[Materials provided Boundary: Start]
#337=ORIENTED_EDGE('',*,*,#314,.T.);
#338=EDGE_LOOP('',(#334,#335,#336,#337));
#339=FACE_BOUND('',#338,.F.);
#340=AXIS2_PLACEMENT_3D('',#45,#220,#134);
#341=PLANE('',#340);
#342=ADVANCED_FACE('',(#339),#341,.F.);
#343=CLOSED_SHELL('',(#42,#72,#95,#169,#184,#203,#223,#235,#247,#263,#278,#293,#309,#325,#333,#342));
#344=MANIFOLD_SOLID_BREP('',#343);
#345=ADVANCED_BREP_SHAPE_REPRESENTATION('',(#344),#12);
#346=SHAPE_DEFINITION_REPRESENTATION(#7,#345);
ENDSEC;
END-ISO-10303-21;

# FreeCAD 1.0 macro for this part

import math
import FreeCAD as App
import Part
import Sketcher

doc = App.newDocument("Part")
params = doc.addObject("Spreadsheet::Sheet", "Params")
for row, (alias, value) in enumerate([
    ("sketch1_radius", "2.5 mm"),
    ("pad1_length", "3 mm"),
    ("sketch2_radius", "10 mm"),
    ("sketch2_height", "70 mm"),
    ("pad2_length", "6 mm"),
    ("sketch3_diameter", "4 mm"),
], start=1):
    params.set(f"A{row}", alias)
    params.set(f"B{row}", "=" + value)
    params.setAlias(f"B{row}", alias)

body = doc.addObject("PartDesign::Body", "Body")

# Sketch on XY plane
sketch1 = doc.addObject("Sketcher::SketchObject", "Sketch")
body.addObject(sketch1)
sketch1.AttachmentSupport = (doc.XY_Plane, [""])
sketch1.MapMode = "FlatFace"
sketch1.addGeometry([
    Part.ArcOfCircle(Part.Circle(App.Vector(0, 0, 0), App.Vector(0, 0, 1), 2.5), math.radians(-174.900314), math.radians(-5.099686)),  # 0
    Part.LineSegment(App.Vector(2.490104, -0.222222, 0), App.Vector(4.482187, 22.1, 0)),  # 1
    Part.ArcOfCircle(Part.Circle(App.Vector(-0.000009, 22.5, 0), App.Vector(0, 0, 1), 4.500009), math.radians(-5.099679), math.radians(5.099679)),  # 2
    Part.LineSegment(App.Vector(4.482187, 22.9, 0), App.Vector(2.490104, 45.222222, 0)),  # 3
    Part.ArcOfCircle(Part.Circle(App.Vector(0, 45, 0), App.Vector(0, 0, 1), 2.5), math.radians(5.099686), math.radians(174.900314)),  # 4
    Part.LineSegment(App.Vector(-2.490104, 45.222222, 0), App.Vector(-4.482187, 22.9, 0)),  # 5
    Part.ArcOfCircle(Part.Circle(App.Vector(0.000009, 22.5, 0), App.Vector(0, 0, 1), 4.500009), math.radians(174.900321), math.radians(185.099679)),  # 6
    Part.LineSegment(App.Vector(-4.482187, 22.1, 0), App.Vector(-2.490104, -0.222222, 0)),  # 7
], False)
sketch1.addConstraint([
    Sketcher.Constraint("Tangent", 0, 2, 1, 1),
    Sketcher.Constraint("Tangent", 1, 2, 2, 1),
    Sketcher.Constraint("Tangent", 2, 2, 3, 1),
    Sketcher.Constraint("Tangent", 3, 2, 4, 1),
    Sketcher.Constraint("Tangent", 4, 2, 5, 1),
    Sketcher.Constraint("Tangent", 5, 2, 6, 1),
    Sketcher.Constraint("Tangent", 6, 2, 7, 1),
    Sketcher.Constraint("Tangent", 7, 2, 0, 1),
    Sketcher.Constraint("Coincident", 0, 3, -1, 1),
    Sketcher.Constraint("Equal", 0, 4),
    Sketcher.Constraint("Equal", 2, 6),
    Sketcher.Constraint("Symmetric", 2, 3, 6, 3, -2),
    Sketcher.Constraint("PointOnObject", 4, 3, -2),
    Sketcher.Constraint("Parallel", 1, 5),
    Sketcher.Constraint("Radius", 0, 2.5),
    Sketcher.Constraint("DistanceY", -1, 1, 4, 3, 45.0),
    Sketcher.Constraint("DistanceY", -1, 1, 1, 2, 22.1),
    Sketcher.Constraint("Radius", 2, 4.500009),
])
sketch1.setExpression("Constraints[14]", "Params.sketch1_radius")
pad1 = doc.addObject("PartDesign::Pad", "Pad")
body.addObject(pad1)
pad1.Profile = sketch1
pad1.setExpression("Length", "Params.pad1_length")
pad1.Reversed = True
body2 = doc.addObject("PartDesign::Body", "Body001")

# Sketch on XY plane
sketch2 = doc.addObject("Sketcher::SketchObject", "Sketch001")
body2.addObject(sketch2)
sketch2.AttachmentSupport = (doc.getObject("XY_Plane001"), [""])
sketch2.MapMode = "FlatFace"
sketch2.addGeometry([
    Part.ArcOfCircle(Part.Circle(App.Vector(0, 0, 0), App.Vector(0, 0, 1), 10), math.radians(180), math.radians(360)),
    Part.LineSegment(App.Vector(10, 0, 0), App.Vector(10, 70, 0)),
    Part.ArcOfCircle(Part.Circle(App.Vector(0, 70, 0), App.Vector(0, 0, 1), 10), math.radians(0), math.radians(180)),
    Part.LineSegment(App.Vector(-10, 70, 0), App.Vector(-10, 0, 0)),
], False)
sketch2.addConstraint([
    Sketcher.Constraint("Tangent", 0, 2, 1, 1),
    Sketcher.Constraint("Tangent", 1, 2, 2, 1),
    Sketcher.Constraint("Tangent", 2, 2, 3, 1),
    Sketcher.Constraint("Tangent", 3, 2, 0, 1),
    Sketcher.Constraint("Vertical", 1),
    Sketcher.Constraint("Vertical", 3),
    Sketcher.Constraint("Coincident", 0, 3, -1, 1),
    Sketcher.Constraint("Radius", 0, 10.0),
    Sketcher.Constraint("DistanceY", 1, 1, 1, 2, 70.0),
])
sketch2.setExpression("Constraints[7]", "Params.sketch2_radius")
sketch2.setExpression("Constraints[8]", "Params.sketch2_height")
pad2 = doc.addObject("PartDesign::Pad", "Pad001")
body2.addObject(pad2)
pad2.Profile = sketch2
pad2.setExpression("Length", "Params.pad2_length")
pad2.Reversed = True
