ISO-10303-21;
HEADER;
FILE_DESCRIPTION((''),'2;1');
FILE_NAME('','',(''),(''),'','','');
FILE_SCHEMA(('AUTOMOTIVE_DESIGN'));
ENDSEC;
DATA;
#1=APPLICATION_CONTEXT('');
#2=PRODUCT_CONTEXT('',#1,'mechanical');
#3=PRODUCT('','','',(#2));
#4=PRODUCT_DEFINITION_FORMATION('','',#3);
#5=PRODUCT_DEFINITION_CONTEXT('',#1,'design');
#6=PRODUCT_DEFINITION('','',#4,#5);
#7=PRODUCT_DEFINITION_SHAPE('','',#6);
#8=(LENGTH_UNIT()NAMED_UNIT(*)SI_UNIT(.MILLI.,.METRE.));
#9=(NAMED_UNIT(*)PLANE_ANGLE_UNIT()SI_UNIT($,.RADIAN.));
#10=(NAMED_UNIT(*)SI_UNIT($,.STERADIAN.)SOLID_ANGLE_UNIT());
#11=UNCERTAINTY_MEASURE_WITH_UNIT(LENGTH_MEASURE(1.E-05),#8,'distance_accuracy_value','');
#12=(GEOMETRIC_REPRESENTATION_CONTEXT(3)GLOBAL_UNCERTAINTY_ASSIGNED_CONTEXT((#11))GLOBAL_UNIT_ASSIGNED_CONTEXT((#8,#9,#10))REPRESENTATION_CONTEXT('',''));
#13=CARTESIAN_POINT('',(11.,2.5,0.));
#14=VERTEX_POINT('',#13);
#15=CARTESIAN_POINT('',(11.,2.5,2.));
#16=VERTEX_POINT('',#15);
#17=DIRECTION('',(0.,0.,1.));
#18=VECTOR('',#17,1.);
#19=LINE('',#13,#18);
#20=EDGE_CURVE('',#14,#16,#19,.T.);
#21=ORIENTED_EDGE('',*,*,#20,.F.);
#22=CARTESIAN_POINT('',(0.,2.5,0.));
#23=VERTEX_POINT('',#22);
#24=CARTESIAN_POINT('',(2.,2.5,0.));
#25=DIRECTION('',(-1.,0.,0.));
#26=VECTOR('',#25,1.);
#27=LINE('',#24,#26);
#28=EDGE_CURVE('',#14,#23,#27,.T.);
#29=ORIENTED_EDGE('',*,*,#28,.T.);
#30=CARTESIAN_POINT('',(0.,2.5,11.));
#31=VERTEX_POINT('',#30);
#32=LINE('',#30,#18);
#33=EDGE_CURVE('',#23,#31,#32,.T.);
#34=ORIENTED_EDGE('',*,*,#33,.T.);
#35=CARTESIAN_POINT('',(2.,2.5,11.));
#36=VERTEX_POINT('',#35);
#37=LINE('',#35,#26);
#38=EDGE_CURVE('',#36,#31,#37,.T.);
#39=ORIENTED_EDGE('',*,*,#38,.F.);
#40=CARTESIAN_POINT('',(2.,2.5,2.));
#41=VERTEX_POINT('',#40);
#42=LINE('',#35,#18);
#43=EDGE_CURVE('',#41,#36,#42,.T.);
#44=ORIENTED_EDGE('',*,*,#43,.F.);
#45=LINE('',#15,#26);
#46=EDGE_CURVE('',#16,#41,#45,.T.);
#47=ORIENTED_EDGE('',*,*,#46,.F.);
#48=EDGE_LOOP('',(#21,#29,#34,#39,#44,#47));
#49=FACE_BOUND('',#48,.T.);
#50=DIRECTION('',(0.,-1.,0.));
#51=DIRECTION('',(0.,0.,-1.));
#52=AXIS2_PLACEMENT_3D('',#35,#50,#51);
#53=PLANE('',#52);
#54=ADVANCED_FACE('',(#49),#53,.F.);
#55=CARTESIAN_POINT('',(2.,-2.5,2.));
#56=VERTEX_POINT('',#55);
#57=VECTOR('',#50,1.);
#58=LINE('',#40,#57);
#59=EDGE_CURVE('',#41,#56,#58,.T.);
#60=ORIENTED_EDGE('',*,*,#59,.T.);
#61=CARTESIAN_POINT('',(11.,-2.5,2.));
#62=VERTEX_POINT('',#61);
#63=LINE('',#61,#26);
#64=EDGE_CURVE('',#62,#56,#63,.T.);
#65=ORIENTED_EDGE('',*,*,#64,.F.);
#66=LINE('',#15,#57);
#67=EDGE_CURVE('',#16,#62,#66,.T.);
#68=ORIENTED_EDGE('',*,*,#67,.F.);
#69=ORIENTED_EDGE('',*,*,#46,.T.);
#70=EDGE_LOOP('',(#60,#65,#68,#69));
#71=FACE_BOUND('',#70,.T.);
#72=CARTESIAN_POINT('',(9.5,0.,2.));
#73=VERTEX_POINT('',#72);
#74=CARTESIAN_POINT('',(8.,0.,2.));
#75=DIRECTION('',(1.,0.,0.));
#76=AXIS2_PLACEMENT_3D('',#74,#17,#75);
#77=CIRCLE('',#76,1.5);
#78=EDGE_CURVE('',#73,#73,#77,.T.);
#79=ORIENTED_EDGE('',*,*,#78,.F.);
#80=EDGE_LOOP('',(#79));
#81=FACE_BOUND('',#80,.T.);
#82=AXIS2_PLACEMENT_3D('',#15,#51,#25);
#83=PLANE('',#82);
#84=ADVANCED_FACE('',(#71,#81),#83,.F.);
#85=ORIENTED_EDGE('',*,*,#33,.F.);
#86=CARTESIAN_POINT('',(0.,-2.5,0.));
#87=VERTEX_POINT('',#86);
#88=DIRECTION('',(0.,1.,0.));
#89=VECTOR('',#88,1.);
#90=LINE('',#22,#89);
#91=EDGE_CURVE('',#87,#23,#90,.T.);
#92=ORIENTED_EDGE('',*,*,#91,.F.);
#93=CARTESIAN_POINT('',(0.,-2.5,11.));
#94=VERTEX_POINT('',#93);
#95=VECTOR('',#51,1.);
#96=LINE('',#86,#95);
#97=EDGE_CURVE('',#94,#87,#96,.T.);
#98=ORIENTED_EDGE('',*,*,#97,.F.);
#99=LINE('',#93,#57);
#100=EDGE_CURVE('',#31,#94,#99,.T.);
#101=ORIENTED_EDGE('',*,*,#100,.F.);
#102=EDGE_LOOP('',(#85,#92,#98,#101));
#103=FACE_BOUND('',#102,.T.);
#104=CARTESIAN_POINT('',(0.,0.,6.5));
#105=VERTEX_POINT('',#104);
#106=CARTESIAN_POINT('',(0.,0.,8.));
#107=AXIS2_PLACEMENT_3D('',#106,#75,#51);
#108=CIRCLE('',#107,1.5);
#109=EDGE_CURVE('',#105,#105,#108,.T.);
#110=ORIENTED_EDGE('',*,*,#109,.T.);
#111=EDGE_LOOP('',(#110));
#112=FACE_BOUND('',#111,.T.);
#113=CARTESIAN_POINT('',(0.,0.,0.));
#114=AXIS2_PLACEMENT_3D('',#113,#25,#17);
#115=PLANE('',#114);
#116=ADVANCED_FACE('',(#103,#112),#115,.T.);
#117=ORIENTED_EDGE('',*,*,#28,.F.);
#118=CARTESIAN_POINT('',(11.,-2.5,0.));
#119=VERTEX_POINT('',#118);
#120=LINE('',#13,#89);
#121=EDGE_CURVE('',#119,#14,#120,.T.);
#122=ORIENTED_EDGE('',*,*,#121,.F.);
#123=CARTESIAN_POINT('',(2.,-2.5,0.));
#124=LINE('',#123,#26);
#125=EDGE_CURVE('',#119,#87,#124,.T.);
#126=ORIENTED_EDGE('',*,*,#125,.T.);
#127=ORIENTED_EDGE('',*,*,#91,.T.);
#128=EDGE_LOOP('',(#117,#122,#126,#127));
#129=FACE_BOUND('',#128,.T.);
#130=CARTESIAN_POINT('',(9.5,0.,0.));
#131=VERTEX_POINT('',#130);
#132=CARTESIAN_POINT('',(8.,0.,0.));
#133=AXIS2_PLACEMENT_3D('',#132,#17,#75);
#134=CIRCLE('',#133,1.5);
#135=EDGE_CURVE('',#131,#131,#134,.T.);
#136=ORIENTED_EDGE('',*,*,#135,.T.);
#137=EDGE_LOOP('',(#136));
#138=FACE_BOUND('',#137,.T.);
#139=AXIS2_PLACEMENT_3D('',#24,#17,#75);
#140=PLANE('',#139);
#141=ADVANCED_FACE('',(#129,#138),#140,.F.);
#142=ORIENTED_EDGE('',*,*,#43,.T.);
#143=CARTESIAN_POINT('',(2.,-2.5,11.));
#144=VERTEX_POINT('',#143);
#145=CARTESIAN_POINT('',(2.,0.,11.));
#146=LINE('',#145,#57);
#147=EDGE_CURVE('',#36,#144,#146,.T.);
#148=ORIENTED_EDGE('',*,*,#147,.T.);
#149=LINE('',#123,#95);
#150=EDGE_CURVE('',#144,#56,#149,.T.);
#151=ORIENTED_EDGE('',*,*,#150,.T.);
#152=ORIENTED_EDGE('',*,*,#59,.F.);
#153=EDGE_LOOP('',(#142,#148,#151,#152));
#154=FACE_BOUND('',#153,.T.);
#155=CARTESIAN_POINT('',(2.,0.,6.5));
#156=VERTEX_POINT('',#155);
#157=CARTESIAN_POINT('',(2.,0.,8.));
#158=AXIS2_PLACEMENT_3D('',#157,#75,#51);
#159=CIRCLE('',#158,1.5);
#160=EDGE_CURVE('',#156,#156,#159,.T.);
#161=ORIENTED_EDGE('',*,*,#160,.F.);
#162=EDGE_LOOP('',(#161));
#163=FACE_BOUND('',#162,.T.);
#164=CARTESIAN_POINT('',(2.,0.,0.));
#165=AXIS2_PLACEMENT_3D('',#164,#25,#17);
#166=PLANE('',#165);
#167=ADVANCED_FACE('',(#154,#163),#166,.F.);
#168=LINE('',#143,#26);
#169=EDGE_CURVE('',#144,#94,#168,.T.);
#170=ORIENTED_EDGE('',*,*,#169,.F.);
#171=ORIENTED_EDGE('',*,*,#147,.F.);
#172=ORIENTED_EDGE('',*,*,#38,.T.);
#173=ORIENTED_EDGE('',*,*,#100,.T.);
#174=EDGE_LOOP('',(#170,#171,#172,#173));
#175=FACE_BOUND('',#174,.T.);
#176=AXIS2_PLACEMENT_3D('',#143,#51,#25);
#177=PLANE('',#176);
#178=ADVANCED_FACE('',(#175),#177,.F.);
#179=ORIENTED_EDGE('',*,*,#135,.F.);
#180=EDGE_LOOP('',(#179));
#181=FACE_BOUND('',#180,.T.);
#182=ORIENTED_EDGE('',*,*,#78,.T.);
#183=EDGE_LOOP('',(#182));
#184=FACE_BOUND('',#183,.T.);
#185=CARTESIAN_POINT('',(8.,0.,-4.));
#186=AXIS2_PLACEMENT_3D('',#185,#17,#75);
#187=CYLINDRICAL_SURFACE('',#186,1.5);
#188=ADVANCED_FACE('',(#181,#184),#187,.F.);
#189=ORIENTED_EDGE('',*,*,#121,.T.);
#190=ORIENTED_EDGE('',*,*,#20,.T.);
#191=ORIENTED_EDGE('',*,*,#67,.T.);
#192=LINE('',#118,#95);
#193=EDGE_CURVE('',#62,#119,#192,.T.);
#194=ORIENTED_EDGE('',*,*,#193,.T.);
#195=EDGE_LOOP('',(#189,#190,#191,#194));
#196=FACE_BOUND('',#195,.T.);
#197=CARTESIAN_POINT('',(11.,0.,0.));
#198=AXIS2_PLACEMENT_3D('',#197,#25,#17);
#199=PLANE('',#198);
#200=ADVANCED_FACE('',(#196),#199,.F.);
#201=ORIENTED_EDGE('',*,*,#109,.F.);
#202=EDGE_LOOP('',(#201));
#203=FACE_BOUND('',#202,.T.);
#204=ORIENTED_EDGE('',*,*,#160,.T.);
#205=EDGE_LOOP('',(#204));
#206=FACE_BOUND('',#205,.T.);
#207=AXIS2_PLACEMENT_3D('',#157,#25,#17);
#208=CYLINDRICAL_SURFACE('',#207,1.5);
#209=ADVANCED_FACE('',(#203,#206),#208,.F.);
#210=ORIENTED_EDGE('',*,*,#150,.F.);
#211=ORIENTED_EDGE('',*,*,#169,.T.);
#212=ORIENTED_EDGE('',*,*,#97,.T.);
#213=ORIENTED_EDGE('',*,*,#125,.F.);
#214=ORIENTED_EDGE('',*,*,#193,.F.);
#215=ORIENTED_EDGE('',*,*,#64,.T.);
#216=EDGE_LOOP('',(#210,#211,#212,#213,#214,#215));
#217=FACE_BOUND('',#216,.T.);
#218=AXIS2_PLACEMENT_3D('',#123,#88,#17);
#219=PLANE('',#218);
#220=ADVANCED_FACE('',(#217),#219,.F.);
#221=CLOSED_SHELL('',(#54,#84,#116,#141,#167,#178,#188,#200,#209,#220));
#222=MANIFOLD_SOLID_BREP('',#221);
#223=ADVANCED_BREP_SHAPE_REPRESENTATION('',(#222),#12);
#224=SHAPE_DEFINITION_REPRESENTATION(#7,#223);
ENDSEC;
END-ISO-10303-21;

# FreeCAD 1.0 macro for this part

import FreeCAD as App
import Part
import Sketcher
from FreeCAD import Vector


def add_polygon(sketch, points):
    """Adds a closed chain of lines whose ends are joined by coincident constraints."""
    first, n = sketch.GeometryCount, len(points)
    for a, b in zip(points, points[1:] + points[:1]):
        sketch.addGeometry(Part.LineSegment(App.Vector(*a, 0), App.Vector(*b, 0)), False)
    for i in range(n):
        sketch.addConstraint(Sketcher.Constraint("Coincident", first + i, 2, first + (i + 1) % n, 1))

doc = App.newDocument("Part")
params = doc.addObject("Spreadsheet::Sheet", "Params")
for row, (alias, value) in enumerate([
    ("sketch1_diameter", "3 mm"),
    ("sketch1_width", "5 mm"),
    ("sketch1_height", "11 mm"),
    ("pad1_length", "2 mm"),
    ("sketch2_width", "5 mm"),
    ("sketch2_height", "2 mm"),
    ("pad2_length", "9 mm"),
    ("sketch3_diameter", "3 mm"),
    ("pocket1_length", "6 mm"),
], start=1):
    params.set(f"A{row}", alias)
    params.set(f"B{row}", "=" + value)
    params.setAlias(f"B{row}", alias)

body = doc.addObject("PartDesign::Body", "Body")

sketch1 = doc.addObject("Sketcher::SketchObject", "Sketch")
body.addObject(sketch1)
sketch1.AttachmentSupport = (doc.YZ_Plane, [""])
sketch1.MapMode = "FlatFace"
add_polygon(sketch1, [(2.5, 11), (-2.5, 11), (-2.5, 0), (2.5, 0)])
sketch1.addGeometry(Part.Circle(Vector(0, 8, 0), Vector(0, 0, 1), 1.5), False)
sketch1.addConstraint([
    Sketcher.Constraint("Horizontal", 0),
    Sketcher.Constraint("Vertical", 1),
    Sketcher.Constraint("Horizontal", 2),
    Sketcher.Constraint("Vertical", 3),
    Sketcher.Constraint("Symmetric", 1, 2, 2, 2, -1, 1),
    Sketcher.Constraint("PointOnObject", 4, 3, -2),
    Sketcher.Constraint("Diameter", 4, 3.0),
    Sketcher.Constraint("DistanceX", 0, 2, 0, 1, 5.0),
    Sketcher.Constraint("DistanceY", 1, 2, 1, 1, 11.0),
    Sketcher.Constraint("DistanceY", -1, 1, 4, 3, 8.0),
])
sketch1.setExpression("Constraints[10]", "Params.sketch1_diameter")
sketch1.setExpression("Constraints[11]", "Params.sketch1_width")
sketch1.setExpression("Constraints[12]", "Params.sketch1_height")
pad1 = doc.addObject("PartDesign::Pad", "Pad")
body.addObject(pad1)
pad1.Profile = sketch1
pad1.setExpression("Length", "Params.pad1_length")

sketch2 = doc.addObject("Sketcher::SketchObject", "Sketch001")
body.addObject(sketch2)
sketch2.AttachmentSupport = (doc.YZ_Plane, [""])
sketch2.MapMode = "FlatFace"
sketch2.AttachmentOffset = App.Placement(Vector(0, 0, 2), App.Rotation())
add_polygon(sketch2, [(2.5, 2), (-2.5, 2), (-2.5, 0), (2.5, 0)])
sketch2.addConstraint([
    Sketcher.Constraint("Horizontal", 0),
    Sketcher.Constraint("Vertical", 1),
    Sketcher.Constraint("Horizontal", 2),
    Sketcher.Constraint("Vertical", 3),
    Sketcher.Constraint("Symmetric", 1, 2, 2, 2, -1, 1),
    Sketcher.Constraint("DistanceX", 0, 2, 0, 1, 5.0),
    Sketcher.Constraint("DistanceY", 1, 2, 1, 1, 2.0),
])
sketch2.setExpression("Constraints[9]", "Params.sketch2_width")
sketch2.setExpression("Constraints[10]", "Params.sketch2_height")
pad2 = doc.addObject("PartDesign::Pad", "Pad001")
body.addObject(pad2)
pad2.Profile = sketch2
pad2.setExpression("Length", "Params.pad2_length")

sketch3 = doc.addObject("Sketcher::SketchObject", "Sketch002")
body.addObject(sketch3)
sketch3.AttachmentSupport = (doc.XY_Plane, [""])
sketch3.MapMode = "FlatFace"
sketch3.AttachmentOffset = App.Placement(Vector(0, 0, 2), App.Rotation())
sketch3.addGeometry(Part.Circle(Vector(8, 0, 0), Vector(0, 0, 1), 1.5), False)
sketch3.addConstraint([
    Sketcher.Constraint("PointOnObject", 0, 3, -1),
    Sketcher.Constraint("Diameter", 0, 3.0),
    Sketcher.Constraint("DistanceX", -1, 1, 0, 3, 8.0),
])
sketch3.setExpression("Constraints[1]", "Params.sketch3_diameter")
pocket1 = doc.addObject("PartDesign::Pocket", "Pocket")
body.addObject(pocket1)
pocket1.Profile = sketch3
pocket1.setExpression("Length", "Params.pocket1_length")

doc.recompute()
[Materials provided Boundary: End]
▶ [Required work]:
For this exercise, output exactly the lines above from the line with "#61=CARTESIAN_POINT('',(11.,-2.5,2.));" to the line with "#81=FACE_BOUND('',#80,.T.);", counting both, and leave out the rest.

▶ [Your solution]:
#61=CARTESIAN_POINT('',(11.,-2.5,2.));
#62=VERTEX_POINT('',#61);
#63=LINE('',#61,#26);
#64=EDGE_CURVE('',#62,#56,#63,.T.);
#65=ORIENTED_EDGE('',*,*,#64,.F.);
#66=LINE('',#15,#57);
#67=EDGE_CURVE('',#16,#62,#66,.T.);
#68=ORIENTED_EDGE('',*,*,#67,.F.);
#69=ORIENTED_EDGE('',*,*,#46,.T.);
#70=EDGE_LOOP('',(#60,#65,#68,#69));
#71=FACE_BOUND('',#70,.T.);
#72=CARTESIAN_POINT('',(9.5,0.,2.));
#73=VERTEX_POINT('',#72);
#74=CARTESIAN_POINT('',(8.,0.,2.));
#75=DIRECTION('',(1.,0.,0.));
#76=AXIS2_PLACEMENT_3D('',#74,#17,#75);
#77=CIRCLE('',#76,1.5);
#78=EDGE_CURVE('',#73,#73,#77,.T.);
#79=ORIENTED_EDGE('',*,*,#78,.F.);
#80=EDGE_LOOP('',(#79));
#81=FACE_BOUND('',#80,.T.);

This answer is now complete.